Para investigar essa questão, a equipe de Rui Cohen Kadosh, do Imperial College de Londres, hipnotizou quatro voluntários. Por meio de sugestão verbal, os pesquisadores tentaram induzir os participantes do teste a enxergar algarismos como se existissem cores relacionadas a cada um deles -associação batizada como "sinestesia de cor e grafema".
No experimento, os voluntários tiveram então que olhar para uma série de imagens com fundo de cores diversas, nas quais um dígito impresso em preto aparecia no centro. Em aproximadamente 80% dos casos, assim como as pessoas sinestésicas, os voluntários hipnotizados não conseguiam ver os dígitos se a cor no fundo do slide correspondesse à cor que eles haviam associado com um número. Era como se os psicólos tivessem escrito com uma caneta azul sobre papel azul.
No experimento -descrito em estudo na revista "Psychological Science"- outras pessoas que não tinham sido hipnotizadas também foram instruídas a relacionar uma cor com cada número, mas não cometiam a confusão numérica.
"Isso mostra que, mesmo sem uma hiperconectividade no cérebro, você ainda pode ter sinestesias", diz Cohen Kadosh. O cientista afirma que a hipnose pode reativar conexões que tinham sido suprimidas pelo cérebro.

Habilidade adquirida
Julia Simner, da Universidade de Edimburgo (Escócia), tem mais evidências de que a sinestesia não é resultado de conexões neurais fixadas antes do nascimento. Ela estudou 615 crianças com idades entre seis e sete anos, sendo que oito delas revelaram ser sinestetas de cor e grafema. Em um ano, as crianças gradualmente associaram mais letras com cores, mostrando que a habilidade delas na verdade se desenvolveu com o tempo, afirma a cientista em artigo na revista "Brain".

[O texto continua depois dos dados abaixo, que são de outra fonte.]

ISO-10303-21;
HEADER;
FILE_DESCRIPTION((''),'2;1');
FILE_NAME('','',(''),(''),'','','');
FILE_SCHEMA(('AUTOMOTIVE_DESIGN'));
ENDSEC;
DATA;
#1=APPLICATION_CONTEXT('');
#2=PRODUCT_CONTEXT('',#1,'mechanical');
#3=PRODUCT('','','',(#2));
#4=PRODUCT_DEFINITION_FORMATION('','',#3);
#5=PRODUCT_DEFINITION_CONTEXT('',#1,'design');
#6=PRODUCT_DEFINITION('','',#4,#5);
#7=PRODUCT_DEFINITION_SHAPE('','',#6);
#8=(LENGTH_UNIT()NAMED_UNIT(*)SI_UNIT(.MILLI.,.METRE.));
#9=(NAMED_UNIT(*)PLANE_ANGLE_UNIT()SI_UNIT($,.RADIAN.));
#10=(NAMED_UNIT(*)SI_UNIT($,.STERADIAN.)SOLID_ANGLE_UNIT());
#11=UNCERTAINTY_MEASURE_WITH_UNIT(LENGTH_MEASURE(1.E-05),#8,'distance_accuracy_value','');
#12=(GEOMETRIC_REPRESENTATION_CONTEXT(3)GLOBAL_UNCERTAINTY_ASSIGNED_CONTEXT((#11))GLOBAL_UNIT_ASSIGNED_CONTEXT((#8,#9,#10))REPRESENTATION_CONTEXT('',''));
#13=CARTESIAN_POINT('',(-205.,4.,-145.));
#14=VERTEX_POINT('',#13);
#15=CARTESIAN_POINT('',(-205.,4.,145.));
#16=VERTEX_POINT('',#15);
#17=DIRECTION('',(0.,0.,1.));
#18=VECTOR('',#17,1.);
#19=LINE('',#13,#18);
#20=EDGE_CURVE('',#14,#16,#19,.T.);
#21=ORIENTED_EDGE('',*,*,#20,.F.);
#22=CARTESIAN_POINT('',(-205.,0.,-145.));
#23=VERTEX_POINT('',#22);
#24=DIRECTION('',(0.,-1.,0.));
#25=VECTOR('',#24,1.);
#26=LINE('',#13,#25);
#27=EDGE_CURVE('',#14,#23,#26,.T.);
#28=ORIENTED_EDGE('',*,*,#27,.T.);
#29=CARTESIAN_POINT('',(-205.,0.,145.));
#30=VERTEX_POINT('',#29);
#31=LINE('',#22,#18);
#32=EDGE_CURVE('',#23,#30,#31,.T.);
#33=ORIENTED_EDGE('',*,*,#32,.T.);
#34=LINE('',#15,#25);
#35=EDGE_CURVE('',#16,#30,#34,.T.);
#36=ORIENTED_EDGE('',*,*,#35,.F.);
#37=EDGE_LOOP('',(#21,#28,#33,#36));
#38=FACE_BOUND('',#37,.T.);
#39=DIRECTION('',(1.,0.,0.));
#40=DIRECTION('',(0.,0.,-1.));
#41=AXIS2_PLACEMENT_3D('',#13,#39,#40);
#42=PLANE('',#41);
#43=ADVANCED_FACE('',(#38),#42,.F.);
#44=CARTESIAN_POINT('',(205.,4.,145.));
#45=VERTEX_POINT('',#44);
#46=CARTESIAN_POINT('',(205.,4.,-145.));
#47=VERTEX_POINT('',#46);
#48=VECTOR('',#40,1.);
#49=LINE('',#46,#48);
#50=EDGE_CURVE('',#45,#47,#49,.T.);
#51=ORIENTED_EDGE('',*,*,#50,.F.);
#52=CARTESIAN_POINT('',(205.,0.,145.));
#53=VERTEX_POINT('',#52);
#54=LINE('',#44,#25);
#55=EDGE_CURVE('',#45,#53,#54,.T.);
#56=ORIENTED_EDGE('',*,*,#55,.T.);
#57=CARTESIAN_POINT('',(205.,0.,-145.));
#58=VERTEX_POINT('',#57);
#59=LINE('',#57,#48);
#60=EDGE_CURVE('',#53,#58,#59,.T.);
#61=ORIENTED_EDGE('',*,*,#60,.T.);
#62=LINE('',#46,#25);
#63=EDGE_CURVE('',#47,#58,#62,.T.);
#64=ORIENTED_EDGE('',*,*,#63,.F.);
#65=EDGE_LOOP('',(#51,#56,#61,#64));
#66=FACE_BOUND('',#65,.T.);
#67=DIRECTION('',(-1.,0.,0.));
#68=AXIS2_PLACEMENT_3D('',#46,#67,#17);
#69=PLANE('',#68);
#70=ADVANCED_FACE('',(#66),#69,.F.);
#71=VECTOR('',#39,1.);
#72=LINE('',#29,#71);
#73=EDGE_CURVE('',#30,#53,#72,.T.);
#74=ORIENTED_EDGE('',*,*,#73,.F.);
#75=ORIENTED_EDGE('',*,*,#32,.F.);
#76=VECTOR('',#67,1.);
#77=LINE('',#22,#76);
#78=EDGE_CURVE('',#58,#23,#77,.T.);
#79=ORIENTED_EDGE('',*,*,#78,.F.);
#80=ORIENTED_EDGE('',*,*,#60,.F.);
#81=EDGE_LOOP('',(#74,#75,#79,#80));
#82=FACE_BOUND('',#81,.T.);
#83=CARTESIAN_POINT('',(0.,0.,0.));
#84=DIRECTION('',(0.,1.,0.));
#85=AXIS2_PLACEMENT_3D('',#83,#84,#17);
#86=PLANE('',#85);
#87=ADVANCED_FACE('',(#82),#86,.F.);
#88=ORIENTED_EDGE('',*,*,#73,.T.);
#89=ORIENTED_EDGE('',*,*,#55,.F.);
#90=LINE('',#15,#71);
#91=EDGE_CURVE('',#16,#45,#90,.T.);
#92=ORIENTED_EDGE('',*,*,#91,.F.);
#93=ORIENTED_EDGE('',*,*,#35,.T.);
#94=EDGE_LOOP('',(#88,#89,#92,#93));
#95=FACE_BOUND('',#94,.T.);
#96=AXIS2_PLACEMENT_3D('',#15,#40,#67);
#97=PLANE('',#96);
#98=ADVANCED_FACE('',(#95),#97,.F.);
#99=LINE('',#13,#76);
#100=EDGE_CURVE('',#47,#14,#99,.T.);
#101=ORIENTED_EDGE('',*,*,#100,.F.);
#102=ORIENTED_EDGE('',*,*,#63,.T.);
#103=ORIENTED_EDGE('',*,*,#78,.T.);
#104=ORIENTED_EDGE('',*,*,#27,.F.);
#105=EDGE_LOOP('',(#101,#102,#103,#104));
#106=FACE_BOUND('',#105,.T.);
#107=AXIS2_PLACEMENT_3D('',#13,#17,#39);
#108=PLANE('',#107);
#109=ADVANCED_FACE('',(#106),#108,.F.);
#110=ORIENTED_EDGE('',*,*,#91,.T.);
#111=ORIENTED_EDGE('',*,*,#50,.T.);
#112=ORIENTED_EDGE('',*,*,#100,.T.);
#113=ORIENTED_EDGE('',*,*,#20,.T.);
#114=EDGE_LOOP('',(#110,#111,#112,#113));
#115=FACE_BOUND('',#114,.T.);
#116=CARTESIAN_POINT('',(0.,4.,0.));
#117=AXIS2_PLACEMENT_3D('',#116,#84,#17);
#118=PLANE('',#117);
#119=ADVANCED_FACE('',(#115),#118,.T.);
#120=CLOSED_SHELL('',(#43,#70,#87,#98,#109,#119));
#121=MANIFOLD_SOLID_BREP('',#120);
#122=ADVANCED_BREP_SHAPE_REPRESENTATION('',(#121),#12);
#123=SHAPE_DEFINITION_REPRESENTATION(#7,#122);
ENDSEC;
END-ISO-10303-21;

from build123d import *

# Parameters (mm, degrees)
SKETCH_1_W      = 410
SKETCH_1_H      = 290
EXTRUDE_1_DEPTH = 4


with BuildPart() as part:
    # 草图1 → 凸台-拉伸1 (new body)
    with BuildSketch(Plane(origin=(0, 0, 0), x_dir=(1, 0, 0), z_dir=(0, 1, 0))):
        Rectangle(SKETCH_1_W, SKETCH_1_H)
    extrude(amount=EXTRUDE_1_DEPTH)


solid = part.part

Deveríamos todos então tentar desenvolver a sinestesia para adquirir as habilidades dos savants? "A sinestesia está fortemente ligada à capacidades de memória aprimorada, então seria definitivamente uma boa idéia pesquisar", diz Simner.
Já Asher é mais cauteloso, enfatizando que a sinestesia frequentemente distrai quem, por exemplo, está tentando ler ou prestar atenção numa palestra. Ele espera poder desenvolver um teste genético que consiga diagnosticar crianças e alertar os professores das suas dificuldades potenciais.